Unlike other architectures s390 can not use copyout() and memcopy() for
accessing memory and thus using copy_to_iter() now is not possible. But
a fix is needed, since 'cp' routine as 'core_collector' for kdump service
initiates multi-segment iterator.

The reason iterate_iovec() and __iterate_and_advance() macros copied from
lib/iov_iter.c (thus introducing redundancy) is to avoid custom iterator-
treating in s390 code.
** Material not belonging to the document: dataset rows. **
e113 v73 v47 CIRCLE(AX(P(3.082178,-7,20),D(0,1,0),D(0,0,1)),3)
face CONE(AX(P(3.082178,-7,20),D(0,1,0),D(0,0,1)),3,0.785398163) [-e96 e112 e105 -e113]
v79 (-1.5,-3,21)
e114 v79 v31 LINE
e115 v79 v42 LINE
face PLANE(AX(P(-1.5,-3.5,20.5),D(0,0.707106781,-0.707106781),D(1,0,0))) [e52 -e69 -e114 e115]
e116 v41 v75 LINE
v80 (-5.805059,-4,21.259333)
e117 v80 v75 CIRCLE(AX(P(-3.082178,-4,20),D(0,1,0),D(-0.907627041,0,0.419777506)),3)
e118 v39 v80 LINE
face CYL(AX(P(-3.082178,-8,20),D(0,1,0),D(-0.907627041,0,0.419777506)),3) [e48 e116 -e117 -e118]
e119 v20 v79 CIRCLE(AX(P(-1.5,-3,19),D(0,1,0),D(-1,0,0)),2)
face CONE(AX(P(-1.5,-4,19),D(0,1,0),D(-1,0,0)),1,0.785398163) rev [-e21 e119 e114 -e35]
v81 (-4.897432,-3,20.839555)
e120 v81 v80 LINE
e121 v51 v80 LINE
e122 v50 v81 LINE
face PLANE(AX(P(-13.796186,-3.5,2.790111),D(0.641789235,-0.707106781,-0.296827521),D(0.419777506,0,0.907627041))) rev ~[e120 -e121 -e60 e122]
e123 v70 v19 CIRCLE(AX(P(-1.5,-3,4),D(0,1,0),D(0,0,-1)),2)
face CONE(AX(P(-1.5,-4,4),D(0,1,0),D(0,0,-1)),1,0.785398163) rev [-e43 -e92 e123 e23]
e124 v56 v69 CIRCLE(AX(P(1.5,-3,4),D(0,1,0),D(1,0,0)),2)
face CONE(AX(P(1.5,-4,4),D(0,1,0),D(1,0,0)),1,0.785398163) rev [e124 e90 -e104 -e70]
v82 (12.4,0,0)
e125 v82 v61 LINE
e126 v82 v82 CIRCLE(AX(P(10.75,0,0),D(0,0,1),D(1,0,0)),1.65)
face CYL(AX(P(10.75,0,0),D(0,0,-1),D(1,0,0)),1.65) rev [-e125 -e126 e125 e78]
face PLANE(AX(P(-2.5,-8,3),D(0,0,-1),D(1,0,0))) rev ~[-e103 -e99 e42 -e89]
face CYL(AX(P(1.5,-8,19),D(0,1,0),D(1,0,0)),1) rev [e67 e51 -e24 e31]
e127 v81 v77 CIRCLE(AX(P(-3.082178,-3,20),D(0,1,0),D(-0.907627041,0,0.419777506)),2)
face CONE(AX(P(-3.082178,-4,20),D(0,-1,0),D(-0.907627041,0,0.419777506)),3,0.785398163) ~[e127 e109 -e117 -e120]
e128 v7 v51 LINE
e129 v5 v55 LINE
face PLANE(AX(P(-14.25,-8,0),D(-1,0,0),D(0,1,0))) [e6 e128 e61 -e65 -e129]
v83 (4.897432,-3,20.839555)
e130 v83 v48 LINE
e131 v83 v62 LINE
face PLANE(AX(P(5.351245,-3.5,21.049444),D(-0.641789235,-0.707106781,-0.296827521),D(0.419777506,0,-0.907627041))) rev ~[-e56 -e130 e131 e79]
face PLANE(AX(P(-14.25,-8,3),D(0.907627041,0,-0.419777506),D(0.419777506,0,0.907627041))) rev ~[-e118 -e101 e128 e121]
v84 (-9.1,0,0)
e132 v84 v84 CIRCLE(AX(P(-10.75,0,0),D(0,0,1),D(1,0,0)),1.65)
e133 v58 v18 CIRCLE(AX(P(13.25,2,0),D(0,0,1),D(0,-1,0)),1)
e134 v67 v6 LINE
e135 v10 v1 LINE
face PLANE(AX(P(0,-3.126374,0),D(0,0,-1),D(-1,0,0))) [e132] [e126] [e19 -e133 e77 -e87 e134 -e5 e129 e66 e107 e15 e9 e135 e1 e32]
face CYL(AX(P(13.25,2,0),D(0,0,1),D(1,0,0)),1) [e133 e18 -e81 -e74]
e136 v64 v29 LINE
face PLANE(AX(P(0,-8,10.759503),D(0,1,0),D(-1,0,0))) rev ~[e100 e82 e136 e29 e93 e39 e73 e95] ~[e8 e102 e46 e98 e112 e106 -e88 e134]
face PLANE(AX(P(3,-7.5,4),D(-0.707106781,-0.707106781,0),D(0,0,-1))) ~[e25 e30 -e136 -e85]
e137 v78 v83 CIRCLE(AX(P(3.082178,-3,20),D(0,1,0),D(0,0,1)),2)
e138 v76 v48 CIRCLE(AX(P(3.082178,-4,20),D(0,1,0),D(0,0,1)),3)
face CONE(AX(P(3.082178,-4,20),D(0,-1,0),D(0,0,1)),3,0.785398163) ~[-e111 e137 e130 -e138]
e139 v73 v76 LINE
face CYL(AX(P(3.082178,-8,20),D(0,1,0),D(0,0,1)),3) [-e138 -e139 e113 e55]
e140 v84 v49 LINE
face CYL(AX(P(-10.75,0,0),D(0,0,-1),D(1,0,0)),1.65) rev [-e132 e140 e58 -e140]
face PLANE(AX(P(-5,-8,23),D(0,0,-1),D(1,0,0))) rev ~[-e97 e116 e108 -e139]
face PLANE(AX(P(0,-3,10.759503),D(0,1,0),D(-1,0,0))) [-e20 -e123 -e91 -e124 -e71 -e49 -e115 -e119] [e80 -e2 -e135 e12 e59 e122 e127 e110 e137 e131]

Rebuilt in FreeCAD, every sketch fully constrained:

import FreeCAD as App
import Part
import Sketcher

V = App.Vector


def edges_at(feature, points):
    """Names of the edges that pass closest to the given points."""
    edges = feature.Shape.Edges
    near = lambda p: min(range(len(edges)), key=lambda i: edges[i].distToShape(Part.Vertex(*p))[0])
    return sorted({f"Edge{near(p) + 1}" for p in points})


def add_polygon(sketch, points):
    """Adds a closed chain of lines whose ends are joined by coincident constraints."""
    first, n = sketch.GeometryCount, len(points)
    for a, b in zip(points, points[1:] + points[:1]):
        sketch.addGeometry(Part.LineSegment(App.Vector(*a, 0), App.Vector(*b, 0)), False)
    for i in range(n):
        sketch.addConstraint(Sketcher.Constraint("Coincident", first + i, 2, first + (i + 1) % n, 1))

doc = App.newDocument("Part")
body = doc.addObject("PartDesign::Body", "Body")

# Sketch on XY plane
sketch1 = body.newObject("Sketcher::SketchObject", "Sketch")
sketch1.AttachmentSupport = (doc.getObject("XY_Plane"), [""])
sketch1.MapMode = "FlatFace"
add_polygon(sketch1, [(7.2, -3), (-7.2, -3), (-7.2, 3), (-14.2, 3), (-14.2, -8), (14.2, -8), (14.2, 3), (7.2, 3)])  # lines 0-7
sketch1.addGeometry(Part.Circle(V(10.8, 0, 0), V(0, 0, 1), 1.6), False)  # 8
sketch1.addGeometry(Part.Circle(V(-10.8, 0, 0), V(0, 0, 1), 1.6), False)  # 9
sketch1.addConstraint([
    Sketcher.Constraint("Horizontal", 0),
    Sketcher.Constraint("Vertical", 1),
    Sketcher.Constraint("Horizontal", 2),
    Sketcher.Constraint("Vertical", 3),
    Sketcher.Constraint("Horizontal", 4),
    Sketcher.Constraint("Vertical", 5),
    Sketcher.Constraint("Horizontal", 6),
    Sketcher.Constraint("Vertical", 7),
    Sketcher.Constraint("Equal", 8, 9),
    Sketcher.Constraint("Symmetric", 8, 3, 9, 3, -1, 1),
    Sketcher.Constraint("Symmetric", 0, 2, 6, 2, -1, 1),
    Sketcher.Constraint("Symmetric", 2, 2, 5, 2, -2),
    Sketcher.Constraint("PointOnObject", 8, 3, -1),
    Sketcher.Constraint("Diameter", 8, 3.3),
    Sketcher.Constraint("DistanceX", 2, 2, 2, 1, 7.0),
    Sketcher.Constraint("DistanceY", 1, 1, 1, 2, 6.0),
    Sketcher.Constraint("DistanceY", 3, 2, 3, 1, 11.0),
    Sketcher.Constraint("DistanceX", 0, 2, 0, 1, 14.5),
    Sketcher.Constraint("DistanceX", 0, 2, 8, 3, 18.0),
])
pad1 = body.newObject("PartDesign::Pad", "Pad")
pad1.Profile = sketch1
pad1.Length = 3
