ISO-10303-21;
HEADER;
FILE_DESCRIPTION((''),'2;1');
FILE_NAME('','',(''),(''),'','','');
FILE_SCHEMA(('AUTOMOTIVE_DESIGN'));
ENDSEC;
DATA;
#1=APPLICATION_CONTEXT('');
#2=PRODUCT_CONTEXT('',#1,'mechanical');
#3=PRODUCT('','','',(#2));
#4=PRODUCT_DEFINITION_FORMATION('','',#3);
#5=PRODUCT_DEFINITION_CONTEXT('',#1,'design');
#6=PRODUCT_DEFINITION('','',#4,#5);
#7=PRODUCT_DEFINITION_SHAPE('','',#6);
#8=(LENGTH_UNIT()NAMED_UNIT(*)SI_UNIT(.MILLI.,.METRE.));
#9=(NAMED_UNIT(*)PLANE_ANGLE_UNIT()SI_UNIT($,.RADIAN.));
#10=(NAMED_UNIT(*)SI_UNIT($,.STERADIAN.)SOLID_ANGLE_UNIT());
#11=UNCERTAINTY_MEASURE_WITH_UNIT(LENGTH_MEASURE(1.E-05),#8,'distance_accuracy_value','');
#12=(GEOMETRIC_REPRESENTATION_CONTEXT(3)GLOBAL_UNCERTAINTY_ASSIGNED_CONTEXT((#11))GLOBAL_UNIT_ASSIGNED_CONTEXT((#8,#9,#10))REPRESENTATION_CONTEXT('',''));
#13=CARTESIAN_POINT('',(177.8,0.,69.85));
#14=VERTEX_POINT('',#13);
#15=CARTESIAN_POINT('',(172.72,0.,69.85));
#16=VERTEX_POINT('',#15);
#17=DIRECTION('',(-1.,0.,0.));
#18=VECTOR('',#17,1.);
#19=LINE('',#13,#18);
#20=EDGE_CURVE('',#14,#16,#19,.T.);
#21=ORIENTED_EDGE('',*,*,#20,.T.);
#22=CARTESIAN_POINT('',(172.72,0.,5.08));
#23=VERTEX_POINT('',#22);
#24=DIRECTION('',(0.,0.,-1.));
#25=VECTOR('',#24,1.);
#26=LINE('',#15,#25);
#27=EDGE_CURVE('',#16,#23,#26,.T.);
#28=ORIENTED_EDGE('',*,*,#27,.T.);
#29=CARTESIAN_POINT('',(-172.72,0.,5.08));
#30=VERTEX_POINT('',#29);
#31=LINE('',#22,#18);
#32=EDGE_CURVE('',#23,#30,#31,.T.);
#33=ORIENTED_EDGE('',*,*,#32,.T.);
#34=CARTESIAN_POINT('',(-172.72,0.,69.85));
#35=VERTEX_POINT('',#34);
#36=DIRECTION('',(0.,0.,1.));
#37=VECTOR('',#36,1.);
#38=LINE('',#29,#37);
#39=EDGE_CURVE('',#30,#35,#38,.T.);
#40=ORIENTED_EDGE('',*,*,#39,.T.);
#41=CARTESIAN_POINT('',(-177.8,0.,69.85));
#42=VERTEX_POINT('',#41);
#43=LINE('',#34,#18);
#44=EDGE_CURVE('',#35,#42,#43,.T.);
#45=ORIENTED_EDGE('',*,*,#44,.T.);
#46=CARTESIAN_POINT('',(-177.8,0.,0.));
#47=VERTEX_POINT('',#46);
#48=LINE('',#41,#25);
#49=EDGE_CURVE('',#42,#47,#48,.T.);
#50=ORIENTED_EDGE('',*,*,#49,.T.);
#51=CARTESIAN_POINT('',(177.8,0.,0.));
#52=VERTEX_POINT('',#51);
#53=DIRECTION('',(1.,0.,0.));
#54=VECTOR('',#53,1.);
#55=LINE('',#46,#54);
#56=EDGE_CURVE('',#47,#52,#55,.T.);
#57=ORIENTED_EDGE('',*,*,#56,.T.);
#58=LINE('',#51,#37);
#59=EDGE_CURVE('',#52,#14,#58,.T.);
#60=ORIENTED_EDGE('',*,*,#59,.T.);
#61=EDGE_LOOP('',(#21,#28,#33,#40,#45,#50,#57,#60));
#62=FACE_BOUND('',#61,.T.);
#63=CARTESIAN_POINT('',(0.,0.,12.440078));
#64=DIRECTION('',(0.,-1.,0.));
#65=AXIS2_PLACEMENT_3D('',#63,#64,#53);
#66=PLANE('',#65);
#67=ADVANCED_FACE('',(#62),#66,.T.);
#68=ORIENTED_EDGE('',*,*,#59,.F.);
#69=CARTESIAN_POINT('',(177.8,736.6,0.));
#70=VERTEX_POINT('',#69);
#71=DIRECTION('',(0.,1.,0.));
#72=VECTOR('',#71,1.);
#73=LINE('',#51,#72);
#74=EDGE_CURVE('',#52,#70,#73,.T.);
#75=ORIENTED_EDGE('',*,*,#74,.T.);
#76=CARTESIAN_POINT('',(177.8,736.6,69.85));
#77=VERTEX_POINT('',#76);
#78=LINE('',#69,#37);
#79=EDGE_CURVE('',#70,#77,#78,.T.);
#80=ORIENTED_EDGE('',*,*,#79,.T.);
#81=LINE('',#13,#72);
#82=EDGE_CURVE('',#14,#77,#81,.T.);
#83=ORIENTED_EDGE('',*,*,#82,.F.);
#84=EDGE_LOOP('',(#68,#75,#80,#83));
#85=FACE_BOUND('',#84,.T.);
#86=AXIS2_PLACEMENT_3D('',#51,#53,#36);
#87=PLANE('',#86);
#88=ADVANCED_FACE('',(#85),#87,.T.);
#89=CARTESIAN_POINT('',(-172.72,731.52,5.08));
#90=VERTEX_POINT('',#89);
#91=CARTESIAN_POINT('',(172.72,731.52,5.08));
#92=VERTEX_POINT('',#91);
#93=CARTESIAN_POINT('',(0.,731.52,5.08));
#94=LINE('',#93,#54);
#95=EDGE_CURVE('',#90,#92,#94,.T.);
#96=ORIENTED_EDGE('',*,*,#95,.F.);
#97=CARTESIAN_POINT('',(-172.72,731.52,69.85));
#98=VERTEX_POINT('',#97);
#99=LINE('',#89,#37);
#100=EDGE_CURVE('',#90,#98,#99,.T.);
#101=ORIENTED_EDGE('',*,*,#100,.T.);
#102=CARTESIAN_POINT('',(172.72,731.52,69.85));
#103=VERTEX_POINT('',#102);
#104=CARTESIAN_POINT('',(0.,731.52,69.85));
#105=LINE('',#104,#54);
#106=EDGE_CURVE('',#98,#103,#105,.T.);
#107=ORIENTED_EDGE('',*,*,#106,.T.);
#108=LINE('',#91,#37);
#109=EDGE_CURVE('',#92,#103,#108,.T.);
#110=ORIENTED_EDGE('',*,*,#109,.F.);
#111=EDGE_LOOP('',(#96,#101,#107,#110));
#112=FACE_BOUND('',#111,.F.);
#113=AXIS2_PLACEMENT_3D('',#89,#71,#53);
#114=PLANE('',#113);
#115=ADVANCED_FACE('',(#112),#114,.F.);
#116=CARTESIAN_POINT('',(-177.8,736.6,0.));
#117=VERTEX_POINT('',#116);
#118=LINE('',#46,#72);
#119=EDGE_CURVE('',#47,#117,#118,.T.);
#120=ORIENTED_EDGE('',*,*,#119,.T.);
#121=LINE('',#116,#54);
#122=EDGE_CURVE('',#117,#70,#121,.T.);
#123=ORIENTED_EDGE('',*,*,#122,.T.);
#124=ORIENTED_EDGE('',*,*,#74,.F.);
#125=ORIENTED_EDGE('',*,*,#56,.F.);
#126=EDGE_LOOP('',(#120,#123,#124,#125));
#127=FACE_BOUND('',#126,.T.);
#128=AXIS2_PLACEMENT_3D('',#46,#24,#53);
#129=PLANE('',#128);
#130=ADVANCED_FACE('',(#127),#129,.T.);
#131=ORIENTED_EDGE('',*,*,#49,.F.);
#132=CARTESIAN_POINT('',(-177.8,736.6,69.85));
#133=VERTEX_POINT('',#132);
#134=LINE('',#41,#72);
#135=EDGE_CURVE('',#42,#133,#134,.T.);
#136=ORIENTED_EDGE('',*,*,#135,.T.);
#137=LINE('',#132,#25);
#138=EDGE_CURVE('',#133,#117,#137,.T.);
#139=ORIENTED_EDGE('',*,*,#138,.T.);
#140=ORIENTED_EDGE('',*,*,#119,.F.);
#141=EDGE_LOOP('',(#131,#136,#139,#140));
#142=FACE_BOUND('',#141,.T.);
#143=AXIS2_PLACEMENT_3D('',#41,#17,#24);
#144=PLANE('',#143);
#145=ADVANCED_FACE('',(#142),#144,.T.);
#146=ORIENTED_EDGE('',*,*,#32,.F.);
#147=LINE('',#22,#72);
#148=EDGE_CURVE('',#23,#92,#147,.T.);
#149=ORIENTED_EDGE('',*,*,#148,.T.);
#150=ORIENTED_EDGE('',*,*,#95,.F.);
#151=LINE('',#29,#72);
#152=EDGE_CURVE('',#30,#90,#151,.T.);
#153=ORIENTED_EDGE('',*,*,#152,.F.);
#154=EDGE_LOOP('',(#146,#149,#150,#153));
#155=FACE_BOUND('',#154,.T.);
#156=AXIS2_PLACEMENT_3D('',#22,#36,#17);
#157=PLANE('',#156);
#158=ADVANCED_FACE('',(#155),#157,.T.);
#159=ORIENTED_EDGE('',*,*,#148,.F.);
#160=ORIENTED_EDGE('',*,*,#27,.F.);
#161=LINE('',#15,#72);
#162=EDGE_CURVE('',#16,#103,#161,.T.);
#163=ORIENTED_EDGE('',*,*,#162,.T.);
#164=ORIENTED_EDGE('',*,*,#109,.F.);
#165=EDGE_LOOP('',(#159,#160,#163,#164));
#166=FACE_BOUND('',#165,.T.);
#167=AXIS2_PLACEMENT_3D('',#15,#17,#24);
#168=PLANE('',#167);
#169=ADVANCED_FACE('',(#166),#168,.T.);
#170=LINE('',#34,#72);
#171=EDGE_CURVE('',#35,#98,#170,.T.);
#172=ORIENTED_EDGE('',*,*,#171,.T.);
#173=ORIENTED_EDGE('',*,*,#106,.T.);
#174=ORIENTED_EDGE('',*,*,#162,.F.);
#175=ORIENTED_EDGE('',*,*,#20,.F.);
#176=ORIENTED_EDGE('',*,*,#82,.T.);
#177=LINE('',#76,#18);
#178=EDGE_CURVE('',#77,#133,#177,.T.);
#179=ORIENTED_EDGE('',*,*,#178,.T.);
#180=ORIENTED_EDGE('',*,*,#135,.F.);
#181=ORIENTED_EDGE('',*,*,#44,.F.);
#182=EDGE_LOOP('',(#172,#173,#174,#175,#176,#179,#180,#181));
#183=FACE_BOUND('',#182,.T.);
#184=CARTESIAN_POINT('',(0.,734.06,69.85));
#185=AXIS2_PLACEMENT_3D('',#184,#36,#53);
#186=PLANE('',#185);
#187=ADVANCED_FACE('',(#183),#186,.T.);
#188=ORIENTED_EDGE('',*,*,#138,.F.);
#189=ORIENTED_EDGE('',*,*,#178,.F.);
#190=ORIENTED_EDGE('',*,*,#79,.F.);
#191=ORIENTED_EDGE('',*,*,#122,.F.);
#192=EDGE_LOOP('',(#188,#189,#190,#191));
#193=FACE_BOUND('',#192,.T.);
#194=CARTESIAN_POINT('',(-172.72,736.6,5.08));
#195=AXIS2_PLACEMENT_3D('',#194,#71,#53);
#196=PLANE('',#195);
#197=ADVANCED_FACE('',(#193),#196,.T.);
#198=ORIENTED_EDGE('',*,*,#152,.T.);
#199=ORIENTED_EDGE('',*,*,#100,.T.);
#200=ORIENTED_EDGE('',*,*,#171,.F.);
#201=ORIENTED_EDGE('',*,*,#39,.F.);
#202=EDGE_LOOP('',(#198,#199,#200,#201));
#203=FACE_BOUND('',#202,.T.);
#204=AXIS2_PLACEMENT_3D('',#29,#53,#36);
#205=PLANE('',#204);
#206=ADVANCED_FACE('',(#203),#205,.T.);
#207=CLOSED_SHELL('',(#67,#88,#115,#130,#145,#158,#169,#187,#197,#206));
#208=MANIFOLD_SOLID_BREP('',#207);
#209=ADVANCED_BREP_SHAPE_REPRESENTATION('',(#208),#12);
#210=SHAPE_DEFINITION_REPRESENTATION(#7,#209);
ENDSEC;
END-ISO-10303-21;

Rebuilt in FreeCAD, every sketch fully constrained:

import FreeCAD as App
import Part
import Sketcher
from FreeCAD import Vector
Q = App.Units.Quantity

doc = App.newDocument("Part")
body = doc.addObject("PartDesign::Body", "Body")

sketch1 = body.newObject("Sketcher::SketchObject", "Sketch")
sketch1.AttachmentSupport = (doc.getObject("XZ_Plane"), [""])
sketch1.MapMode = "FlatFace"
sketch1.addGeometry(Part.LineSegment(Vector(-173, 70, 0), Vector(-178, 70, 0)), False)
sketch1.addGeometry(Part.LineSegment(Vector(-178, 70, 0), Vector(-178, 0, 0)), False)
sketch1.addGeometry(Part.LineSegment(Vector(-178, 0, 0), Vector(178, 0, 0)), False)
sketch1.addGeometry(Part.LineSegment(Vector(178, 0, 0), Vector(178, 70, 0)), False)
sketch1.addGeometry(Part.LineSegment(Vector(178, 70, 0), Vector(173, 70, 0)), False)
sketch1.addGeometry(Part.LineSegment(Vector(173, 70, 0), Vector(173, 5, 0)), False)
sketch1.addGeometry(Part.LineSegment(Vector(173, 5, 0), Vector(-173, 5, 0)), False)
sketch1.addGeometry(Part.LineSegment(Vector(-173, 5, 0), Vector(-173, 70, 0)), False)
sketch1.addConstraint(Sketcher.Constraint("Coincident", 0, 2, 1, 1))
sketch1.addConstraint(Sketcher.Constraint("Coincident", 1, 2, 2, 1))
sketch1.addConstraint(Sketcher.Constraint("Coincident", 2, 2, 3, 1))
sketch1.addConstraint(Sketcher.Constraint("Coincident", 3, 2, 4, 1))
sketch1.addConstraint(Sketcher.Constraint("Coincident", 4, 2, 5, 1))
sketch1.addConstraint(Sketcher.Constraint("Coincident", 5, 2, 6, 1))
sketch1.addConstraint(Sketcher.Constraint("Coincident", 6, 2, 7, 1))
sketch1.addConstraint(Sketcher.Constraint("Coincident", 7, 2, 0, 1))
sketch1.addConstraint(Sketcher.Constraint("Horizontal", 0))
sketch1.addConstraint(Sketcher.Constraint("Vertical", 1))
sketch1.addConstraint(Sketcher.Constraint("Horizontal", 2))
sketch1.addConstraint(Sketcher.Constraint("Vertical", 3))
sketch1.addConstraint(Sketcher.Constraint("Horizontal", 4))
sketch1.addConstraint(Sketcher.Constraint("Vertical", 5))
sketch1.addConstraint(Sketcher.Constraint("Horizontal", 6))
sketch1.addConstraint(Sketcher.Constraint("Vertical", 7))
sketch1.addConstraint(Sketcher.Constraint("Symmetric", 1, 2, 2, 2, -1, 1))
sketch1.addConstraint(Sketcher.Constraint("Symmetric", 4, 2, 7, 2, -2))
sketch1.addConstraint(Sketcher.Constraint("DistanceX", 2, 1, 2, 2, Q("14 in")))
sketch1.addConstraint(Sketcher.Constraint("DistanceX", 0, 2, 0, 1, Q("0.2 in")))
sketch1.addConstraint(Sketcher.Constraint("DistanceY", 1, 2, 1, 1, Q("2.75 in")))
sketch1.addConstraint(Sketcher.Constraint("DistanceY", 5, 2, 5, 1, Q("2.55 in")))
pad1 = body.newObject("PartDesign::Pad", "Pad")
pad1.Profile = sketch1
pad1.Length = Q("29 in")
pad1.Reversed = True

sketch2 = body.newObject("Sketcher::SketchObject", "Sketch001")
sketch2.AttachmentSupport = (doc.getObject("XY_Plane"), [""])
sketch2.MapMode = "FlatFace"
sketch2.AttachmentOffset = App.Placement(Vector(0, 0, 0.2 * 25.4), App.Rotation())
sketch2.addGeometry(Part.LineSegment(Vector(-173, 737, 0), Vector(-173, 732, 0)), False)
sketch2.addGeometry(Part.LineSegment(Vector(-173, 732, 0), Vector(173, 732, 0)), False)
sketch2.addGeometry(Part.LineSegment(Vector(173, 732, 0), Vector(173, 737, 0)), False)
sketch2.addGeometry(Part.LineSegment(Vector(173, 737, 0), Vector(-173, 737, 0)), False)
sketch2.addConstraint(Sketcher.Constraint("Coincident", 0, 2, 1, 1))
sketch2.addConstraint(Sketcher.Constraint("Coincident", 1, 2, 2, 1))
sketch2.addConstraint(Sketcher.Constraint("Coincident", 2, 2, 3, 1))
sketch2.addConstraint(Sketcher.Constraint("Coincident", 3, 2, 0, 1))
sketch2.addConstraint(Sketcher.Constraint("Vertical", 0))
sketch2.addConstraint(Sketcher.Constraint("Horizontal", 1))
sketch2.addConstraint(Sketcher.Constraint("Vertical", 2))
sketch2.addConstraint(Sketcher.Constraint("Horizontal", 3))
sketch2.addConstraint(Sketcher.Constraint("DistanceX", 1, 1, 1, 2, Q("13.6 in")))
sketch2.addConstraint(Sketcher.Constraint("DistanceY", 0, 2, 0, 1, Q("0.2 in")))
sketch2.addConstraint(Sketcher.Constraint("DistanceY", -1, 1, 2, 2, Q("29 in")))
sketch2.addConstraint(Sketcher.Constraint("DistanceX", 0, 2, -1, 1, Q("6.8 in")))
pad2 = body.newObject("PartDesign::Pad", "Pad001")
pad2.Profile = sketch2
pad2.Length = Q("2.55 in")

doc.recompute()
I doubt these macros could be turned public (i.e
with a follow-up patch), so the intention is to do it like _copy_to_iter()
does.

Changes since v1:
- number of bytes left to copy on fail fixed;

Alexander Gordeev (1):
s390/crash: allow multi-segment iterators

arch/s390/kernel/crash_dump.c | 65 +++++++++++++++++++++++++++--------
1 file changed, 50 insertions(+), 15 deletions(-)

--
2.34.1


2022-07-07 06:19:27

by Alexander Gordeev

[permalink] [raw]
Subject: [PATCH v2 1/1] s390/crash: allow multi-segment iterators

Rework copy_oldmem_page() to allow multi-segment iterators.
Reuse existing iterate_iovec macro as is and only relevant
bits from __iterate_and_advance macro.

Fixes: 49b11524d648 ("s390/crash: add missing iterator advance in copy_oldmem_page())
Signed-off-by: Alexander Gordeev <[email protected]>
---
arch/s390/kernel/crash_dump.c | 65 +++++++++++++++++++++++++++--------
1 file changed, 50 insertions(+), 15 deletions(-)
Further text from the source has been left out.